Estoy a fines de los noventa, en pleno centro de la ciudad de Buenos Aires, parado en una esquina donde asoma una armería imponente que parece tener cien años. En la entrada, un cañón alemán de la primera guerra y una armadura medieval hacen de oficial de migraciones. Dicen que la curiosidad es insubordinación en estado puro. Entro.

La armería está detendida en él tiempo, con luces bajas, sillones lobbystas desgastados, ceniceros gigantes, mostradores de vidrio repletos de armas y cargadores y municiones y miras y accesorios. Las paredes empapeladas de armeros donde se apoyan fusiles y fusiles y más fusiles. El piso: alfombras de pieles de tigres, leones y ciervos. Camino sobre una parte del África o sobre los animales que hay en el zoológico de Buenos Aires.

Al fondo, en uno de los mostradores, cuatro hombres charlan. Amigos, que rondan los cincuenta o los sesenta, algunos con puros y otros con un vaso de whisky.

Me acerco, insubordinación pura.

Uno, gordo, ojeroso, con cadenas de oro pesadas, rolex gigante, alardea sobre su último viaje por Africa.

—458 Winchester Magnum. Un solo disparo. Pum. Atrás de la oreja. Al piso.

—Turco —dice desde atrás del mostrador alguien con la apariencia de ser él dueño de la armería—, viste que te vendí un buen fusil. Ideal para elefantes.

El Turco sonríe, aspira una bocanada de humo, se frota la panza, tose, toma otro trago de whisky.

—Después nos avisaron que había otro, con la cría. ¡Con la cría! Nos dijeron que debería pesar unos ocho mil kilos.

—¿Qué usaste con él otro? —dice uno de los amigos.

El Turco toma aire, lo miro, entre el exceso de peso y los puros, dudo camine cinco cuadras sin sobreagitarse. Estoy a unos metros, simulando ver en una vitrina unos revólveres viejos. Para ellos no existo. No entran clientes. Parace un viejo club privado.

—Probé un 416 Rigsby. Ese no me gustó tanto. Me lastimó el hombro con él primer disparo. Una semana me duró él moretón. Me curó una nativa, le di cien 100 méticals y la tuve en el hotel una semana. No se imagninan. Por menos de tres dólares la tuve ¡una semana en la habitación!

Los amigo lo miran. Admiran a su heroe.

—Pero eso no importa —sigue—, les cuento de los elefantes: estaban un poco más lejos. Madre e hijo.
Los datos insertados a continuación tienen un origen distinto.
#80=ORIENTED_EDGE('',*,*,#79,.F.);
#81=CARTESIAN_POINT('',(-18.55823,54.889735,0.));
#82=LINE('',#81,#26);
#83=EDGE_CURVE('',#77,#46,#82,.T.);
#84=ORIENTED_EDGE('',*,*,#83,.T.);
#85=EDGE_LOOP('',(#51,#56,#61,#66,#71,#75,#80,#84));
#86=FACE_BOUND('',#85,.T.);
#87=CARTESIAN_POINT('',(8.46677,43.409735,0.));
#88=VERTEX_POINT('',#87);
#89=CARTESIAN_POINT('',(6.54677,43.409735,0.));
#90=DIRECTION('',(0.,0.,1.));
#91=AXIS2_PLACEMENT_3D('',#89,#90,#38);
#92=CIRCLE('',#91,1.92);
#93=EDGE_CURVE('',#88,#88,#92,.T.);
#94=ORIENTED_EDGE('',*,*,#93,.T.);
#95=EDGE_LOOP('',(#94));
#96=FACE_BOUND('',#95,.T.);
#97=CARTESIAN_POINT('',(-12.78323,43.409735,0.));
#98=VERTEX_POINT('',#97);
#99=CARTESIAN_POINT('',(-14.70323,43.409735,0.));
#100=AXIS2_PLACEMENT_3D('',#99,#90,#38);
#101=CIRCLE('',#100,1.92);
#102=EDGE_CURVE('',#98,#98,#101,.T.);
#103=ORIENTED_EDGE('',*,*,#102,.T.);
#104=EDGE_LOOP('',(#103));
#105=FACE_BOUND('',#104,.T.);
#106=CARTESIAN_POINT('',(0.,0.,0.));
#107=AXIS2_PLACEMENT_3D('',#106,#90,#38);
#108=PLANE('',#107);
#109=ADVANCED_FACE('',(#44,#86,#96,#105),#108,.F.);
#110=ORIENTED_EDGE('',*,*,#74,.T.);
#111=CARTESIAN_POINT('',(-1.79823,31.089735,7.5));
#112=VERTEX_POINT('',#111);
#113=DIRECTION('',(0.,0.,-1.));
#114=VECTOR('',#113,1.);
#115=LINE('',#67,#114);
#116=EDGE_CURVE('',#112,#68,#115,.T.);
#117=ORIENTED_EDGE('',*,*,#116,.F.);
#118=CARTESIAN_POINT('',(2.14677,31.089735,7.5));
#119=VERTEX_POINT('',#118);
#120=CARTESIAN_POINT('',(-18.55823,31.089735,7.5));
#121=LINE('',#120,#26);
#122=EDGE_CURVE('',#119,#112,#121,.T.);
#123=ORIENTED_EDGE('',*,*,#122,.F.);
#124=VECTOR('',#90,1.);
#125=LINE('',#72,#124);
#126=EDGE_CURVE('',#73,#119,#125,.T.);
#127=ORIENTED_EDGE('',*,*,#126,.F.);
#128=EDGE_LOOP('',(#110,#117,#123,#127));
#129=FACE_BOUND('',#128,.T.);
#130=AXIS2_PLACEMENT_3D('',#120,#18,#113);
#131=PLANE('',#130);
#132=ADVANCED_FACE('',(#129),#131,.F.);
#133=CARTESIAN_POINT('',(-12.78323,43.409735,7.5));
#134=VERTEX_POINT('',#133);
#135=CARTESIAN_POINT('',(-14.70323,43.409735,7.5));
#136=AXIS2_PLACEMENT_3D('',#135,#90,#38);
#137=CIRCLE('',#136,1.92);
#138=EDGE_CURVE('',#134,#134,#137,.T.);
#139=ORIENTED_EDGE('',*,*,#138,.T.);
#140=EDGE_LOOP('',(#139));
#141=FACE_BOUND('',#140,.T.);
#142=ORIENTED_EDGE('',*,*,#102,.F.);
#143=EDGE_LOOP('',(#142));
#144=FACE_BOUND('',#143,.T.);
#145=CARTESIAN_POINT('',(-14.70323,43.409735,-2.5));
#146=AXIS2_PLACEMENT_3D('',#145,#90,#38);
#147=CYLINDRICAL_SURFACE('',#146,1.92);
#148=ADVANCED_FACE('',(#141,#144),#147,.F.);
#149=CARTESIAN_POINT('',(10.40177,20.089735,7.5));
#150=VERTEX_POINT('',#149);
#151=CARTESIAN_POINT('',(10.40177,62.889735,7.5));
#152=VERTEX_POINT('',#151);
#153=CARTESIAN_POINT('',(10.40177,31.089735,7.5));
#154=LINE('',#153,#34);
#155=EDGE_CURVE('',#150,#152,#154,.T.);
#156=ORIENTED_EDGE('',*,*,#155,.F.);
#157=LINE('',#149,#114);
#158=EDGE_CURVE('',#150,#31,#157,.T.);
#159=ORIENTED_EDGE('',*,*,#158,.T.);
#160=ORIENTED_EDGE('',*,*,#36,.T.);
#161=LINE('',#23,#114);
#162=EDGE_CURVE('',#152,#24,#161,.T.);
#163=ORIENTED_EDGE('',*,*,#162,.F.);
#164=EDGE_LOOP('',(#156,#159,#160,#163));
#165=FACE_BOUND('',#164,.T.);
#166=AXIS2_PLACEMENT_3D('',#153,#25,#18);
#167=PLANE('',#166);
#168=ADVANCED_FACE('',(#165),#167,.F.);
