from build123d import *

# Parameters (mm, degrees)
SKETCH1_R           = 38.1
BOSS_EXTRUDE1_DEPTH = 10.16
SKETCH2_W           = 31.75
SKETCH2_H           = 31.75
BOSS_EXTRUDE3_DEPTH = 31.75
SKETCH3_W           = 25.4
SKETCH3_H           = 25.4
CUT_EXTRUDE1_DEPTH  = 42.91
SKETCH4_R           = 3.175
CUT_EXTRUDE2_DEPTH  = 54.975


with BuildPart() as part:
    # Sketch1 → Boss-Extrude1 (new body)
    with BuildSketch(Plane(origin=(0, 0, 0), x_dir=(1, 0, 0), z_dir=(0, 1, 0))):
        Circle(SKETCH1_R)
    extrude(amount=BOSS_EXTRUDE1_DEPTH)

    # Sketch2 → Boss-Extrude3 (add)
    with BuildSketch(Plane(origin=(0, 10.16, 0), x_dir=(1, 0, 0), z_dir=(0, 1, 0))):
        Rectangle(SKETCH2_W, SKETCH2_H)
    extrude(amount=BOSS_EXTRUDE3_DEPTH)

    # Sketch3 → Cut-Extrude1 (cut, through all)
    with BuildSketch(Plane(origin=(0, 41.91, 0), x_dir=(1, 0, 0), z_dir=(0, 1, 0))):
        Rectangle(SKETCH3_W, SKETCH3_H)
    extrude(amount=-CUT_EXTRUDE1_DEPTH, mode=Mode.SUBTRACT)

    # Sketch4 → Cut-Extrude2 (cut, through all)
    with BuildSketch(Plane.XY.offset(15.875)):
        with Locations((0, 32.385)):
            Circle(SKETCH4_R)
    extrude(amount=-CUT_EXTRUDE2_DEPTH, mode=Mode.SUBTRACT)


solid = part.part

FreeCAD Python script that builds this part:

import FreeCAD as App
import Part
import Sketcher

V = App.Vector
Q = App.Units.Quantity


def add_polygon(sketch, points):
    """Adds a closed chain of lines whose ends are joined by coincident constraints."""
    first, n = sketch.GeometryCount, len(points)
    for a, b in zip(points, points[1:] + points[:1]):
        sketch.addGeometry(Part.LineSegment(App.Vector(*a, 0), App.Vector(*b, 0)), False)
    for i in range(n):
        sketch.addConstraint(Sketcher.Constraint("Coincident", first + i, 2, first + (i + 1) % n, 1))

doc = App.newDocument("Part")
body = doc.addObject("PartDesign::Body", "Body")

sketch1 = doc.addObject("Sketcher::SketchObject", "Sketch")
body.addObject(sketch1)
sketch1.AttachmentSupport = (doc.XZ_Plane, [""])
sketch1.MapMode = "FlatFace"
sketch1.addGeometry(Part.Circle(V(0, 0, 0), V(0, 0, 1), 38), False)
sketch1.addConstraint(Sketcher.Constraint("Coincident", 0, 3, -1, 1))
sketch1.addConstraint(Sketcher.Constraint("Diameter", 0, Q("3 in")))
pad1 = doc.addObject("PartDesign::Pad", "Pad")
body.addObject(pad1)
pad1.Profile = sketch1
pad1.Length = Q("0.4 in")
pad1.Reversed = True

sketch2 = doc.addObject("Sketcher::SketchObject", "Sketch001")
body.addObject(sketch2)
sketch2.AttachmentSupport = (doc.XZ_Plane, [""])
sketch2.MapMode = "FlatFace"
sketch2.AttachmentOffset = App.Placement(V(0, 0, -0.4 * 25.4), App.Rotation())
add_polygon(sketch2, [(-16, -16), (-16, 16), (16, 16), (16, -16)])
sketch2.addConstraint(Sketcher.Constraint("Vertical", 0))
sketch2.addConstraint(Sketcher.Constraint("Horizontal", 1))
sketch2.addConstraint(Sketcher.Constraint("Vertical", 2))
sketch2.addConstraint(Sketcher.Constraint("Horizontal", 3))
sketch2.addConstraint(Sketcher.Constraint("Symmetric", 0, 2, 2, 2, -1, 1))
sketch2.addConstraint(Sketcher.Constraint("Equal", 3, 0))
sketch2.addConstraint(Sketcher.Constraint("DistanceX", 1, 1, 1, 2, Q("1.25 in")))
pad2 = doc.addObject("PartDesign::Pad", "Pad001")
body.addObject(pad2)
pad2.Profile = sketch2
pad2.Length = Q("1.25 in")
pad2.Reversed = True

sketch3 = doc.addObject("Sketcher::SketchObject", "Sketch002")
body.addObject(sketch3)
sketch3.AttachmentSupport = (doc.XZ_Plane, [""])
sketch3.MapMode = "FlatFace"
sketch3.AttachmentOffset = App.Placement(V(0, 0, -1.65 * 25.4), App.Rotation())
add_polygon(sketch3, [(-13, -13), (-13, 13), (13, 13), (13, -13)])
sketch3.addConstraint(Sketcher.Constraint("Vertical", 0))
sketch3.addConstraint(Sketcher.Constraint("Horizontal", 1))
sketch3.addConstraint(Sketcher.Constraint("Vertical", 2))
sketch3.addConstraint(Sketcher.Constraint("Horizontal", 3))
sketch3.addConstraint(Sketcher.Constraint("Symmetric", 0, 2, 2, 2, -1, 1))
sketch3.addConstraint(Sketcher.Constraint("Equal", 3, 0))
sketch3.addConstraint(Sketcher.Constraint("DistanceX", 1, 1, 1, 2, Q("1 in")))
pocket1 = doc.addObject("PartDesign::Pocket", "Pocket")
body.addObject(pocket1)
pocket1.Profile = sketch3
pocket1.Type = "ThroughAll"
pocket1.Reversed = True

sketch4 = doc.addObject("Sketcher::SketchObject", "Sketch003")
body.addObject(sketch4)
sketch4.AttachmentSupport = (doc.XY_Plane, [""])
sketch4.MapMode = "FlatFace"
sketch4.AttachmentOffset = App.Placement(V(0, 0, 0.625 * 25.4), App.Rotation())
sketch4.addGeometry(Part.Circle(V(0, 32.4, 0), V(0, 0, 1), 3.2), False)
sketch4.addConstraint(Sketcher.Constraint("PointOnObject", 0, 3, -2))
sketch4.addConstraint(Sketcher.Constraint("Diameter", 0, Q("0.25 in")))
sketch4.addConstraint(Sketcher.Constraint("DistanceY", -1, 1, 0, 3, Q("1.275 in")))
pocket2 = doc.addObject("PartDesign::Pocket", "Pocket001")
body.addObject(pocket2)
pocket2.Profile = sketch4
pocket2.Type = "ThroughAll"

doc.recompute()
Disparé aprezurado, la bala no fue certera, no entró al cerebro, se desplomó muy despacio, de frente, quedó como rezando, luego se tiró, como durmiendo una siesta.
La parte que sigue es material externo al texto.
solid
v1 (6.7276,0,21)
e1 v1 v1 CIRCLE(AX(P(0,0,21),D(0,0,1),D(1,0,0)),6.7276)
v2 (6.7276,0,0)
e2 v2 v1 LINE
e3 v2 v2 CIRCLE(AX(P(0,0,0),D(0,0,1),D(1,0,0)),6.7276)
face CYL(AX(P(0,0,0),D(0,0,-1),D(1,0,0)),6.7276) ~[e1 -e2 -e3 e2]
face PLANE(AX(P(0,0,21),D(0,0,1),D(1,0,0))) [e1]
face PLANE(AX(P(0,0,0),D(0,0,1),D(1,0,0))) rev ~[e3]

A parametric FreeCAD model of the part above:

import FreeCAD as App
import Part
import Sketcher
from FreeCAD import Vector

doc = App.newDocument("Part")
body = doc.addObject("PartDesign::Body", "Body")

# Sketch on XY plane
sketch1 = body.newObject("Sketcher::SketchObject", "Sketch")
sketch1.AttachmentSupport = (doc.getObject("XY_Plane"), [""])
sketch1.MapMode = "FlatFace"
sketch1.addGeometry(Part.Circle(Vector(0, 0, 0), Vector(0, 0, 1), 6.7276), False)
sketch1.addConstraint(Sketcher.Constraint("Coincident", 0, 3, -1, 1))
sketch1.addConstraint(Sketcher.Constraint("Diameter", 0, 13.4552))
pad1 = body.newObject("PartDesign::Pad", "Pad")
pad1.Profile = sketch1
pad1.Length = 21

doc.recompute()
Pausa, pita el puro, disfruta del humo, el humo del poder sobre su víctima.

—Tuve que caminar. Bah, realmente me acercaron con el Land Rover, y lo rematé con mi querido .44 Magnum. Dos tiros. Pum. Pum. El segundo no era necesario, pero se sintió bien. Nunca lo deje salir de su siesta.

—¿Chilló?

—Una trompeta era, me miraba y chillaba y me hacía acordar a una trompeta. Pero a esa trompeta la dejé sin aire. El hijito daba vueltas, y yo le tenía ganas. —Con el pulgar simula un disparo—. Pero los nativos lo espantaron. No querían meterse en quilombos con la policia de Zimbabue. Pero, amigos, tranquilos, que ya va a crecer y siempre hay otra oportunidad.

Me alejo, no quiero escuchar más.

Risas —¿Mucha sangre?, pregunta uno—, alcohol, puros, obesidad, anillos de oro, más risas, ojeras, poder, bigotes y dientes amarillos, oscuridad. Salgo de la armería.
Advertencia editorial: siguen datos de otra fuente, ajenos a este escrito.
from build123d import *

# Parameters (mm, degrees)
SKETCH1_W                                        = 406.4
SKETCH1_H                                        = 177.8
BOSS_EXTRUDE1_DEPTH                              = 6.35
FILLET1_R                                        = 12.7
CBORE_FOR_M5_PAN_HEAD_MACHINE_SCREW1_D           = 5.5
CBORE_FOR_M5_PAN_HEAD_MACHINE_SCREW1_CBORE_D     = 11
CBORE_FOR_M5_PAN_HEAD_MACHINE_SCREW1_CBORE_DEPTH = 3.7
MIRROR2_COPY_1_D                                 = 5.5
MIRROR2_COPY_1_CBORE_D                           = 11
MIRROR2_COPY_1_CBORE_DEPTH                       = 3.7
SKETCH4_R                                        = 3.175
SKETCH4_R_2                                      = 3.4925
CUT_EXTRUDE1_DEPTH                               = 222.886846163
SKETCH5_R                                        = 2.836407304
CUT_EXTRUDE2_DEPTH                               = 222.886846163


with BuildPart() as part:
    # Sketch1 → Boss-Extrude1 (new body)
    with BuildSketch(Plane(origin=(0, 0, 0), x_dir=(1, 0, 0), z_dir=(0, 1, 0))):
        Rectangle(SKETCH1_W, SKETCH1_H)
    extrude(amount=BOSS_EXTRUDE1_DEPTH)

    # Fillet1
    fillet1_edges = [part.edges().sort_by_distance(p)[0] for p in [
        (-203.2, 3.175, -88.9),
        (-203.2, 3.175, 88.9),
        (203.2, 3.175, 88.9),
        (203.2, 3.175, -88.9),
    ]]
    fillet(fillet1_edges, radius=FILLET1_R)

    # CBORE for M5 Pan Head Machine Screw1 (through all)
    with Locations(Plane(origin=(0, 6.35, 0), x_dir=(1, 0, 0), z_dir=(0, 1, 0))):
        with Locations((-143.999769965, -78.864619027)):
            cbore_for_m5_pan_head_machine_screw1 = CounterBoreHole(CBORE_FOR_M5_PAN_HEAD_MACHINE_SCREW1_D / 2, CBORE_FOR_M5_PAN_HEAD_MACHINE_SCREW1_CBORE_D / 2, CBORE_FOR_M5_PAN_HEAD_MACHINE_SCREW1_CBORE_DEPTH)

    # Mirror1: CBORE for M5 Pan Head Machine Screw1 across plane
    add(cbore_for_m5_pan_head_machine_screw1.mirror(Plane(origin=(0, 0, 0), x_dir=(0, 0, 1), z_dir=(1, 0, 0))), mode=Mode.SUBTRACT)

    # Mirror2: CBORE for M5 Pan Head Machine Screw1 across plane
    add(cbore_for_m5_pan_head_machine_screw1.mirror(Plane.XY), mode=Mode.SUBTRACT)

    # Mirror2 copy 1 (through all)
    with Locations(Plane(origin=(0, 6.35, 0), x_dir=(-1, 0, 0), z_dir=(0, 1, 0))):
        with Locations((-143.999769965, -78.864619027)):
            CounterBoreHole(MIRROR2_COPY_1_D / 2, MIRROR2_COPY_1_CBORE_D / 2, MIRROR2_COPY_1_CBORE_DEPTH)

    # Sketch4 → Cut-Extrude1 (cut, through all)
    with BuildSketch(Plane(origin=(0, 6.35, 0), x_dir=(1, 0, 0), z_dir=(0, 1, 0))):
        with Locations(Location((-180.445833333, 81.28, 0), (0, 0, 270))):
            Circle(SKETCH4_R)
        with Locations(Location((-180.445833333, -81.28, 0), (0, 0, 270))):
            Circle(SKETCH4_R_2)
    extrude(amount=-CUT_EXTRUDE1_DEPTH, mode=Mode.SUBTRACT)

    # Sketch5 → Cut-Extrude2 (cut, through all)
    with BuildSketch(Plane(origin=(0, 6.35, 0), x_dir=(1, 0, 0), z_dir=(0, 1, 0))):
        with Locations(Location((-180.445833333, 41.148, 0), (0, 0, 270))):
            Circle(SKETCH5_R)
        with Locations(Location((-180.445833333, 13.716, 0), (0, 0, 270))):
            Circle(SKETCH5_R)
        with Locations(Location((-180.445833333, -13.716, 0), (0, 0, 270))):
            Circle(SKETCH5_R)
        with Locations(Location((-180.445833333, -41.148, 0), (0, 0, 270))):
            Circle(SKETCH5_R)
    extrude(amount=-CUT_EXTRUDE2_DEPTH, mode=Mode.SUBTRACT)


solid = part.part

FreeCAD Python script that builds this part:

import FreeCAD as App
import Part
import Sketcher
from FreeCAD import Vector
Q = App.Units.Quantity


def edges_at(feature, points):
    """Names of the edges that pass closest to the given points."""
    edges = feature.Shape.Edges
    near = lambda p: min(range(len(edges)), key=lambda i: edges[i].distToShape(Part.Vertex(*p))[0])
    return sorted({f"Edge{near(p) + 1}" for p in points})


def add_polygon(sketch, points):
    """Adds a closed chain of lines whose ends are joined by coincident constraints."""
    first, n = sketch.GeometryCount, len(points)
    for a, b in zip(points, points[1:] + points[:1]):
        sketch.addGeometry(Part.LineSegment(App.Vector(*a, 0), App.Vector(*b, 0)), False)
    for i in range(n):
        sketch.addConstraint(Sketcher.Constraint("Coincident", first + i, 2, first + (i + 1) % n, 1))

doc = App.newDocument("Part")
body = doc.addObject("PartDesign::Body", "Body")

# Sketch on XZ plane
sketch1 = body.newObject("Sketcher::SketchObject", "Sketch")
sketch1.AttachmentSupport = (doc.getObject("XZ_Plane"), [""])
sketch1.MapMode = "FlatFace"
add_polygon(sketch1, [(-203, -89), (-203, 89), (203, 89), (203, -89)])  # lines 0-3
sketch1.addConstraint([
    Sketcher.Constraint("Vertical", 0),
    Sketcher.Constraint("Horizontal", 1),
    Sketcher.Constraint("Vertical", 2),
    Sketcher.Constraint("Horizontal", 3),
    Sketcher.Constraint("Symmetric", 0, 2, 2, 2, -1, 1),
    Sketcher.Constraint("DistanceX", 1, 1, 1, 2, Q("16 in")),
    Sketcher.Constraint("DistanceY", 0, 1, 0, 2, Q("7 in")),
])
pad1 = body.newObject("PartDesign::Pad", "Pad")
pad1.Profile = sketch1
pad1.Length = Q("0.25 in")
pad1.Reversed = True
doc.recompute()

fillet = body.newObject("PartDesign::Fillet", "Fillet")
fillet.Base = (pad1, edges_at(pad1, [
    (-203.2, 3.175, -88.9),
    (-203.2, 3.175, 88.9),
    (203.2, 3.175, 88.9),
    (203.2, 3.175, -88.9),
]))
fillet.Radius = Q("0.5 in")

# Sketch on XZ plane
sketch2 = body.newObject("Sketcher::SketchObject", "Sketch001")
sketch2.AttachmentSupport = (doc.getObject("XZ_Plane"), [""])
sketch2.MapMode = "FlatFace"
sketch2.AttachmentOffset = App.Placement(Vector(0, 0, -0.25 * 25.4), App.Rotation())
sketch2.addGeometry(Part.Circle(Vector(-144, 78.9, 0), Vector(0, 0, 1), 2.8), False)
sketch2.addConstraint([
    Sketcher.Constraint("Diameter", 0, 5.5),
    Sketcher.Constraint("DistanceX", 0, 3, -1, 1, 143.99977),
    Sketcher.Constraint("DistanceY", -1, 1, 0, 3, 78.864619),
])
doc.recompute()
hole = body.newObject("PartDesign::Hole", "Hole")
hole.Profile = sketch2
hole.ThreadType = "None"
hole.Diameter = 5.5
hole.DepthType = "ThroughAll"
hole.HoleCutType = "Counterbore"
hole.HoleCutDiameter = 11
hole.HoleCutDepth = 3.7
hole.Reversed = True
doc.recompute()

mirrored = body.newObject("PartDesign::Mirrored", "Mirrored")
mirrored.Originals = [hole]
mirrored.MirrorPlane = (doc.getObject("YZ_Plane"), [""])
body.Tip = mirrored
doc.recompute()

mirrored2 = body.newObject("PartDesign::Mirrored", "Mirrored001")
mirrored2.Originals = [hole]
mirrored2.MirrorPlane = (doc.getObject("XY_Plane"), [""])
body.Tip = mirrored2

# Sketch on XZ plane
sketch3 = body.newObject("Sketcher::SketchObject", "Sketch002")
sketch3.AttachmentSupport = (doc.getObject("XZ_Plane"), [""])
sketch3.MapMode = "FlatFace"
sketch3.AttachmentOffset = App.Placement(Vector(0, 0, -0.25 * 25.4), App.Rotation())
sketch3.addGeometry(Part.Circle(Vector(144, -78.9, 0), Vector(0, 0, 1), 2.8), False)
sketch3.addConstraint([
    Sketcher.Constraint("Diameter", 0, 5.5),
    Sketcher.Constraint("DistanceX", -1, 1, 0, 3, 143.99977),
    Sketcher.Constraint("DistanceY", 0, 3, -1, 1, 78.864619),
])
doc.recompute()
hole2 = body.newObject("PartDesign::Hole", "Hole001")
hole2.Profile = sketch3
hole2.ThreadType = "None"
hole2.Diameter = 5.5
hole2.DepthType = "ThroughAll"
hole2.HoleCutType = "Counterbore"
hole2.HoleCutDiameter = 11
hole2.HoleCutDepth = 3.7
hole2.Reversed = True

# Sketch on XZ plane
sketch4 = body.newObject("Sketcher::SketchObject", "Sketch003")
sketch4.AttachmentSupport = (doc.getObject("XZ_Plane"), [""])
sketch4.MapMode = "FlatFace"
sketch4.AttachmentOffset = App.Placement(Vector(0, 0, -0.25 * 25.4), App.Rotation())
sketch4.addGeometry([
    Part.Circle(Vector(-180.4, -81.3, 0), Vector(0, 0, 1), 3.2),
    Part.Circle(Vector(-180.4, 81.3, 0), Vector(0, 0, 1), 3.5),
], False)
sketch4.addConstraint([
    Sketcher.Constraint("Symmetric", 0, 3, 1, 3, -1),
    Sketcher.Constraint("Diameter", 0, Q("0.25 in")),
    Sketcher.Constraint("Diameter", 1, Q("0.275 in")),
    Sketcher.Constraint("DistanceY", 0, 3, -1, 1, Q("3.2 in")),
    Sketcher.Constraint("DistanceX", 0, 3, -1, 1, 180.445833),
])
pocket1 = body.newObject("PartDesign::Pocket", "Pocket")
pocket1.Profile = sketch4
pocket1.Type = "ThroughAll"
pocket1.Reversed = True

# Sketch on XZ plane
sketch5 = body.newObject("Sketcher::SketchObject", "Sketch004")
sketch5.AttachmentSupport = (doc.getObject("XZ_Plane"), [""])
sketch5.MapMode = "FlatFace"
sketch5.AttachmentOffset = App.Placement(Vector(0, 0, -0.25 * 25.4), App.Rotation())
sketch5.addGeometry([
    Part.Circle(Vector(-180.4, -41.1, 0), Vector(0, 0, 1), 2.8),
    Part.Circle(Vector(-180.4, -13.7, 0), Vector(0, 0, 1), 2.8),
    Part.Circle(Vector(-180.4, 13.7, 0), Vector(0, 0, 1), 2.8),
    Part.Circle(Vector(-180.4, 41.1, 0), Vector(0, 0, 1), 2.8),
], False)
sketch5.addConstraint([
    Sketcher.Constraint("Equal", 0, 1),
    Sketcher.Constraint("Equal", 1, 2),
    Sketcher.Constraint("Equal", 2, 3),
    Sketcher.Constraint("Symmetric", 1, 3, 2, 3, -1),
    Sketcher.Constraint("Symmetric", 0, 3, 3, 3, -1),
    Sketcher.Constraint("Vertical", 0, 3, 1, 3),
    Sketcher.Constraint("DistanceY", 0, 3, -1, 1, Q("1.62 in")),
    Sketcher.Constraint("DistanceY", 1, 3, -1, 1, Q("0.54 in")),
    Sketcher.Constraint("Diameter", 0, 5.672815),
    Sketcher.Constraint("DistanceX", 0, 3, -1, 1, 180.445833),
])
pocket2 = body.newObject("PartDesign::Pocket", "Pocket001")
pocket2.Profile = sketch5
pocket2.Type = "ThroughAll"
pocket2.Reversed = True

doc.recompute()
Veinte años después voy a visitar él zoologico de la ciudad de Buenos Aires: un lugar de abandono, jaulas sucias, rejas oxidadas y encierro. Tigres ojerosos, leones echados, hipopótamos viviendo siestas eternas. Un zoológico vacío de visitantes. Podría haber caminado sobre ellos de la misma manera que caminé sobre esas pieles veinte años atrás.

Al fondo, casi al final del Zoo, con sus poderosos 6500 kilos está Pelusa, a secas: una elefante enferma, triste, tirada y emocionalmente muerta. Me quedo viéndola durante una hora, tomando algunas fotos, y el único indicio de vida que le veo es su lenta respiración y la mirada apagada. Y me acuerdo del Turco cuando dijo: “Nunca salió de esa siesta”.

Me voy a casa, me voy a trabajar, me voy a buscar a mis hijos al cole y después me voy al cine. Pero Pelusa sigue igual de triste, tirada, emocionalmente muerta y en una eterna siesta que durará casi tres años más, hasta que sea trasladada a un santuario en Brasil.

Tres años de siesta eterna. Quizás hubiera sido más humana la presencia del Turco y su .44.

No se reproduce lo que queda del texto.